The problem is that the price is determined on the / IERC20.balanceOf, which can be manipulated, at the beginning is only a small difference but over a couple of transactions the difference is huge.

function getSwapPrice(address from, address to, uint amount) public view returns(uint){
    return((amount * IERC20(to).balanceOf(address(this)))/IERC20(from).balanceOf(address(this)));
  }

POC (Proof of Exploit)

address from = token2

address to = token1

amount = 20 (token2’s)

swapPrice() = (20 * 110) / 90 = 24,4 →  = 24 (tokens1)
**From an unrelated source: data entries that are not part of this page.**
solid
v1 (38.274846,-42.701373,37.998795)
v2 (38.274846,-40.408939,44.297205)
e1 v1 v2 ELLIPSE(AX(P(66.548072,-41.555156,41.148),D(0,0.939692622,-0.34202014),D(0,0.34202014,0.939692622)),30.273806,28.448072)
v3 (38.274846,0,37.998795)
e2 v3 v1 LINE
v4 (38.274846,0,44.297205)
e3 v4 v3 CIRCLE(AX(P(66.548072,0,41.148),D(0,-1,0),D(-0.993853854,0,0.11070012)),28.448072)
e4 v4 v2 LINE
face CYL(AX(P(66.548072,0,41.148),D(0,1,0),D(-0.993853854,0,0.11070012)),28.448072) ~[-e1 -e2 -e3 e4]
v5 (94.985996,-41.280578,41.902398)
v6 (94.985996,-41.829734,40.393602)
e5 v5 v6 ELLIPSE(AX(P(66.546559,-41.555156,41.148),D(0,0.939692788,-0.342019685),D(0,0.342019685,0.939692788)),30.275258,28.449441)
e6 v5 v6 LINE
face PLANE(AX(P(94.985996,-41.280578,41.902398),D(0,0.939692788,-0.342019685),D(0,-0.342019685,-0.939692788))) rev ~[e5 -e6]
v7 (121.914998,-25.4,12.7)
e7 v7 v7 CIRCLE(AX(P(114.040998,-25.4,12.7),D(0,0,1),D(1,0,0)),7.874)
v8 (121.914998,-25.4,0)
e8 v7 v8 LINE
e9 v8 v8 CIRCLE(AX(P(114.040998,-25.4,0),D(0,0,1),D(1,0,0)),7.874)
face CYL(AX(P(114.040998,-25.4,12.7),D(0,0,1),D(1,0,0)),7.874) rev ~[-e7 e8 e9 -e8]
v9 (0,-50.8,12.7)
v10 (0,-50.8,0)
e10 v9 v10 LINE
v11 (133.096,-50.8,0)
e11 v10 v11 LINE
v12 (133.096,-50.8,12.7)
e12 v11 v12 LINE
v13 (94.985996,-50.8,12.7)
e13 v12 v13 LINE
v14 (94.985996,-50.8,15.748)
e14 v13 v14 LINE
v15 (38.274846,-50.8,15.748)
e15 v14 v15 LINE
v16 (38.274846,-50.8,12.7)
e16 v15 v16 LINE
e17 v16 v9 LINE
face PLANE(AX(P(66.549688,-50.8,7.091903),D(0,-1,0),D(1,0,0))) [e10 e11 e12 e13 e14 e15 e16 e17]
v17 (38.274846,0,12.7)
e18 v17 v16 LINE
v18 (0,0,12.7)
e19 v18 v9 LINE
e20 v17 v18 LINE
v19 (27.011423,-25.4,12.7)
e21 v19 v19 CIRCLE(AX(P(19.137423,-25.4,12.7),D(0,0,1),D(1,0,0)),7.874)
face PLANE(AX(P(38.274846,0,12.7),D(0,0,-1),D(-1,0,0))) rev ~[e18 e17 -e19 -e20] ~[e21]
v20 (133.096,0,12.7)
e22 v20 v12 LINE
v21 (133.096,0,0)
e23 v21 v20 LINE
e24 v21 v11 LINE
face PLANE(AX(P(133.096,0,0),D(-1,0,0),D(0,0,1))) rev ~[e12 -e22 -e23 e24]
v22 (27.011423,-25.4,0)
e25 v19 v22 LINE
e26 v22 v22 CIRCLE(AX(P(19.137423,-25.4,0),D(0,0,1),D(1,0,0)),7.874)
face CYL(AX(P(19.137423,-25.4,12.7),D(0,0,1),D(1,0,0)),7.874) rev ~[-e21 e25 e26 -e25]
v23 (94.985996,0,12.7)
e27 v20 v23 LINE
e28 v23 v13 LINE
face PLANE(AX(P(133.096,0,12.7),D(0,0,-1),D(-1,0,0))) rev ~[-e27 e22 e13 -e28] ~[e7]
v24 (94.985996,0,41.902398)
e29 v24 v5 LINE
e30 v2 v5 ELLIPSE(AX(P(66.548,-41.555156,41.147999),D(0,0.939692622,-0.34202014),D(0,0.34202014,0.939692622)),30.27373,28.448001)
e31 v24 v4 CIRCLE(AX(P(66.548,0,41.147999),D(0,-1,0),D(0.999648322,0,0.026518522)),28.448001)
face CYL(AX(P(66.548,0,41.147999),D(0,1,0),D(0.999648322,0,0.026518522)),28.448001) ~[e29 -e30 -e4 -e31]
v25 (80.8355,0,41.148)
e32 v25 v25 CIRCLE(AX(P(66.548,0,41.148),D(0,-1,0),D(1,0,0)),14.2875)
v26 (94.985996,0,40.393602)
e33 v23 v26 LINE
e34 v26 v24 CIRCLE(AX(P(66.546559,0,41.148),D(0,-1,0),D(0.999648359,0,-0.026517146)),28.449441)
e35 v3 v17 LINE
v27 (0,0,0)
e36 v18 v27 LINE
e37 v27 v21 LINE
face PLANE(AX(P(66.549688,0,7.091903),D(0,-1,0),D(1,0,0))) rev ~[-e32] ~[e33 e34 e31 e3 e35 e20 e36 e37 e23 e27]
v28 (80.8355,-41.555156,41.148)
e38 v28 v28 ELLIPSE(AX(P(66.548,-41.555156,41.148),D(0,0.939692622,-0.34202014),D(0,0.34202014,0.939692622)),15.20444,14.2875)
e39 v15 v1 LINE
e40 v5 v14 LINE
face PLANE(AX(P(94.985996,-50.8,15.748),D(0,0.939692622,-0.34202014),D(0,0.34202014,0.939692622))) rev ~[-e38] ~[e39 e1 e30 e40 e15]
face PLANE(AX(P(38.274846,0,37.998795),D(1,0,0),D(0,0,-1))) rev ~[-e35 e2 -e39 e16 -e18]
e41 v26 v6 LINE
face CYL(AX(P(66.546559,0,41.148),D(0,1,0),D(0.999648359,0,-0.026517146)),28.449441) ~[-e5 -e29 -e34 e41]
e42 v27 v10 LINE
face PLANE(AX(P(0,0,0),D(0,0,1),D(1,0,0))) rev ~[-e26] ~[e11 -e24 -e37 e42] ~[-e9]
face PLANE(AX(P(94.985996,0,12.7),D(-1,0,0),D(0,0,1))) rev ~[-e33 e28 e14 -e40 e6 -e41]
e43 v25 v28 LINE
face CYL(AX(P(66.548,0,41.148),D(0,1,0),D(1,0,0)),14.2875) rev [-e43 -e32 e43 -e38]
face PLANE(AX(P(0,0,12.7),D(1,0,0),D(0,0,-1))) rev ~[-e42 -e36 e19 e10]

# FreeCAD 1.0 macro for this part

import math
import FreeCAD as App
import Part
import Sketcher
from FreeCAD import Vector
Q = App.Units.Quantity

doc = App.newDocument("Part")
body = doc.addObject("PartDesign::Body", "Body")

# Sketch on XZ plane
sketch1 = body.newObject("Sketcher::SketchObject", "Sketch")
sketch1.AttachmentSupport = (doc.getObject("XZ_Plane"), [""])
sketch1.MapMode = "FlatFace"
sketch1.addGeometry([
    Part.LineSegment(Vector(0, 12.7, 0), Vector(0, 0, 0)),  # 0
    Part.LineSegment(Vector(0, 0, 0), Vector(133.096, 0, 0)),  # 1
    Part.LineSegment(Vector(133.096, 0, 0), Vector(133.096, 12.7, 0)),  # 2
    Part.LineSegment(Vector(133.096, 12.7, 0), Vector(94.985996, 12.7, 0)),  # 3
    Part.LineSegment(Vector(94.985996, 12.7, 0), Vector(94.985996, 40.393602, 0)),  # 4
    Part.ArcOfCircle(Part.Circle(Vector(66.546559, 41.148, 0), Vector(0, 0, 1), 28.449441), math.radians(-1.519499), math.radians(1.519499)),  # 5
    Part.ArcOfCircle(Part.Circle(Vector(66.548, 41.147999, 0), Vector(0, 0, 1), 28.448001), math.radians(1.519578), math.radians(173.644306)),  # 6
    Part.ArcOfCircle(Part.Circle(Vector(66.548072, 41.148, 0), Vector(0, 0, 1), 28.448072), math.radians(173.644324), math.radians(186.355676)),  # 7
    Part.LineSegment(Vector(38.274846, 37.998795, 0), Vector(38.274846, 12.7, 0)),  # 8
    Part.LineSegment(Vector(38.274846, 12.7, 0), Vector(0, 12.7, 0)),  # 9
    Part.Circle(Vector(66.548, 41.148, 0), Vector(0, 0, 1), 14.2875),  # 10
], False)
sketch1.addConstraint([
    Sketcher.Constraint("Coincident", 0, 2, 1, 1),
    Sketcher.Constraint("Coincident", 1, 2, 2, 1),
    Sketcher.Constraint("Coincident", 2, 2, 3, 1),
    Sketcher.Constraint("Coincident", 3, 2, 4, 1),
    Sketcher.Constraint("Coincident", 4, 2, 5, 1),
    Sketcher.Constraint("Coincident", 5, 2, 6, 1),
    Sketcher.Constraint("Coincident", 6, 2, 7, 1),
    Sketcher.Constraint("Coincident", 7, 2, 8, 1),
    Sketcher.Constraint("Coincident", 8, 2, 9, 1),
    Sketcher.Constraint("Coincident", 9, 2, 0, 1),
    Sketcher.Constraint("Vertical", 0),
    Sketcher.Constraint("Horizontal", 1),
    Sketcher.Constraint("Vertical", 2),
    Sketcher.Constraint("Horizontal", 3),
    Sketcher.Constraint("Vertical", 4),
    Sketcher.Constraint("Vertical", 8),
    Sketcher.Constraint("Horizontal", 9),
    Sketcher.Constraint("Coincident", 0, 2, -1, 1),
    Sketcher.Constraint("Coincident", 10, 3, 6, 3),
    Sketcher.Constraint("Radius", 6, Q("1.12 in")),
    Sketcher.Constraint("Diameter", 10, Q("1.125 in")),
    Sketcher.Constraint("DistanceY", 0, 2, 0, 1, Q("0.5 in")),
    Sketcher.Constraint("DistanceY", 2, 1, 2, 2, Q("0.5 in")),
    Sketcher.Constraint("DistanceX", 1, 1, 1, 2, Q("5.24 in")),
    Sketcher.Constraint("DistanceY", -1, 1, 5, 3, Q("1.62 in")),
    Sketcher.Constraint("DistanceX", -1, 1, 6, 3, Q("2.62 in")),
    Sketcher.Constraint("DistanceY", -1, 1, 6, 3, Q("1.62 in")),
    Sketcher.Constraint("DistanceY", -1, 1, 7, 3, Q("1.62 in")),
    Sketcher.Constraint("Radius", 5, Q("28.449441 mm")),
    Sketcher.Constraint("Radius", 7, Q("28.448072 mm")),
    Sketcher.Constraint("DistanceY", 4, 2, 7, 3, Q("0.754398 mm")),
    Sketcher.Constraint("DistanceY", 6, 3, 5, 2, Q("0.754399 mm")),
    Sketcher.Constraint("DistanceX", 9, 2, 9, 1, Q("38.274846 mm")),
    Sketcher.Constraint("DistanceX", 6, 2, 5, 2, Q("56.71115 mm")),
])
pad1 = body.newObject("PartDesign::Pad", "Pad")
pad1.Profile = sketch1
pad1.Length = Q("2 in")

# Sketch on XY plane
sketch2 = body.newObject("Sketcher::SketchObject", "Sketch001")
sketch2.AttachmentSupport = (doc.getObject("XY_Plane"), [""])
sketch2.MapMode = "FlatFace"
sketch2.AttachmentOffset = App.Placement(Vector(0, 0, 0.5 * 25.4), App.Rotation())
sketch2.addGeometry([
    Part.Circle(Vector(114, -25, 0), Vector(0, 0, 1), 8),
    Part.Circle(Vector(19, -25, 0), Vector(0, 0, 1), 8),
], False)
sketch2.addConstraint([
    Sketcher.Constraint("Equal", 0, 1),
    Sketcher.Constraint("Horizontal", 0, 3, 1, 3),
    Sketcher.Constraint("Diameter", 0, Q("0.62 in")),
    Sketcher.Constraint("DistanceY", 0, 3, -1, 1, Q("1 in")),
    Sketcher.Constraint("DistanceX", -1, 1, 0, 3, Q("114.040998 mm")),
    Sketcher.Constraint("DistanceX", -1, 1, 1, 3, Q("19.137423 mm")),
])
pocket1 = body.newObject("PartDesign::Pocket", "Pocket")
pocket1.Profile = sketch2
pocket1.Length = Q("1 in")

# Sketch on YZ plane
sketch3 = body.newObject("Sketcher::SketchObject", "Sketch002")
sketch3.AttachmentSupport = (doc.getObject("YZ_Plane"), [""])
sketch3.MapMode = "FlatFace"
sketch3.AttachmentOffset = App.Placement(Vector(0, 0, 94.985996), App.Rotation())
sketch3.addGeometry([
    Part.LineSegment(Vector(-50.8, 68.6, 0), Vector(-50.8, 15.7, 0)),
    Part.LineSegment(Vector(-50.8, 15.7, 0), Vector(-30, 72.9, 0)),
    Part.LineSegment(Vector(-30, 72.9, 0), Vector(-51.1, 72.9, 0)),
    Part.LineSegment(Vector(-51.1, 72.9, 0), Vector(-50.8, 68.6, 0)),
], False)
sketch3.addConstraint([
    Sketcher.Constraint("Coincident", 0, 2, 1, 1),
    Sketcher.Constraint("Coincident", 1, 2, 2, 1),
    Sketcher.Constraint("Coincident", 2, 2, 3, 1),
    Sketcher.Constraint("Coincident", 3, 2, 0, 1),
    Sketcher.Constraint("Vertical", 0),
    Sketcher.Constraint("Horizontal", 2),
    Sketcher.Constraint("DistanceX", 0, 2, -1, 1, Q("2 in")),
    Sketcher.Constraint("Angle", 1, Q("70 deg")),
    Sketcher.Constraint("DistanceY", -1, 1, 0, 2, Q("0.62 in")),
    Sketcher.Constraint("DistanceX", 2, 2, 2, 1, Q("21.086289 mm")),
    Sketcher.Constraint("Distance", 3, Q("4.265531 mm")),
    Sketcher.Constraint("DistanceY", 0, 2, 0, 1, Q("52.893677 mm")),
])
pocket2 = body.newObject("PartDesign::Pocket", "Pocket001")
pocket2.Profile = sketch3
pocket2.Length = Q("5 in")

# Sketch on YZ plane
sketch4 = body.newObject("Sketcher::SketchObject", "Sketch003")
sketch4.AttachmentSupport = (doc.getObject("YZ_Plane"), [""])
sketch4.MapMode = "FlatFace"
sketch4.AttachmentOffset = App.Placement(Vector(0, 0, 94.985996), App.Rotation())
sketch4.addGeometry([
    Part.LineSegment(Vector(-50.8, 40.4, 0), Vector(-50.8, 41.9, 0)),
    Part.LineSegment(Vector(-50.8, 41.9, 0), Vector(-41.3, 41.9, 0)),
    Part.LineSegment(Vector(-41.3, 41.9, 0), Vector(-41.8, 40.4, 0)),
    Part.LineSegment(Vector(-41.8, 40.4, 0), Vector(-50.8, 40.4, 0)),
], False)
sketch4.addConstraint([
    Sketcher.Constraint("Coincident", 0, 2, 1, 1),
    Sketcher.Constraint("Coincident", 1, 2, 2, 1),
    Sketcher.Constraint("Coincident", 2, 2, 3, 1),
    Sketcher.Constraint("Coincident", 3, 2, 0, 1),
    Sketcher.Constraint("Vertical", 0),
    Sketcher.Constraint("Horizontal", 1),
    Sketcher.Constraint("Horizontal", 3),
    Sketcher.Constraint("DistanceX", 0, 2, -1, 1, Q("2 in")),
    Sketcher.Constraint("DistanceX", 1, 1, 1, 2, Q("9.519422 mm")),
    Sketcher.Constraint("DistanceX", 3, 2, 3, 1, Q("8.970266 mm")),
    Sketcher.Constraint("DistanceY", 0, 1, 0, 2, Q("1.508796 mm")),
    Sketcher.Constraint("DistanceY", -1, 1, 0, 2, Q("41.902398 mm")),
])
pocket3 = body.newObject("PartDesign::Pocket", "Pocket002")
pocket3.Profile = sketch4
pocket3.Length = Q("1 in")
pocket3.Reversed = True

doc.recompute()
So we get in this swap 24 (token1’s) for only 20 (token2’s)

Do it again:

address from = token1

address to = token2

amount = 24 (token1’s)

swapPrice() = (24 * 110)  / 86 = 30.7 →  = 30 (tokens2)

Do this again and again until you eventually have 65 tokens of one of the two:

Now you can do the last swap to get everything out of the contract.

Now we have a balance of 110 and we completed the challenge.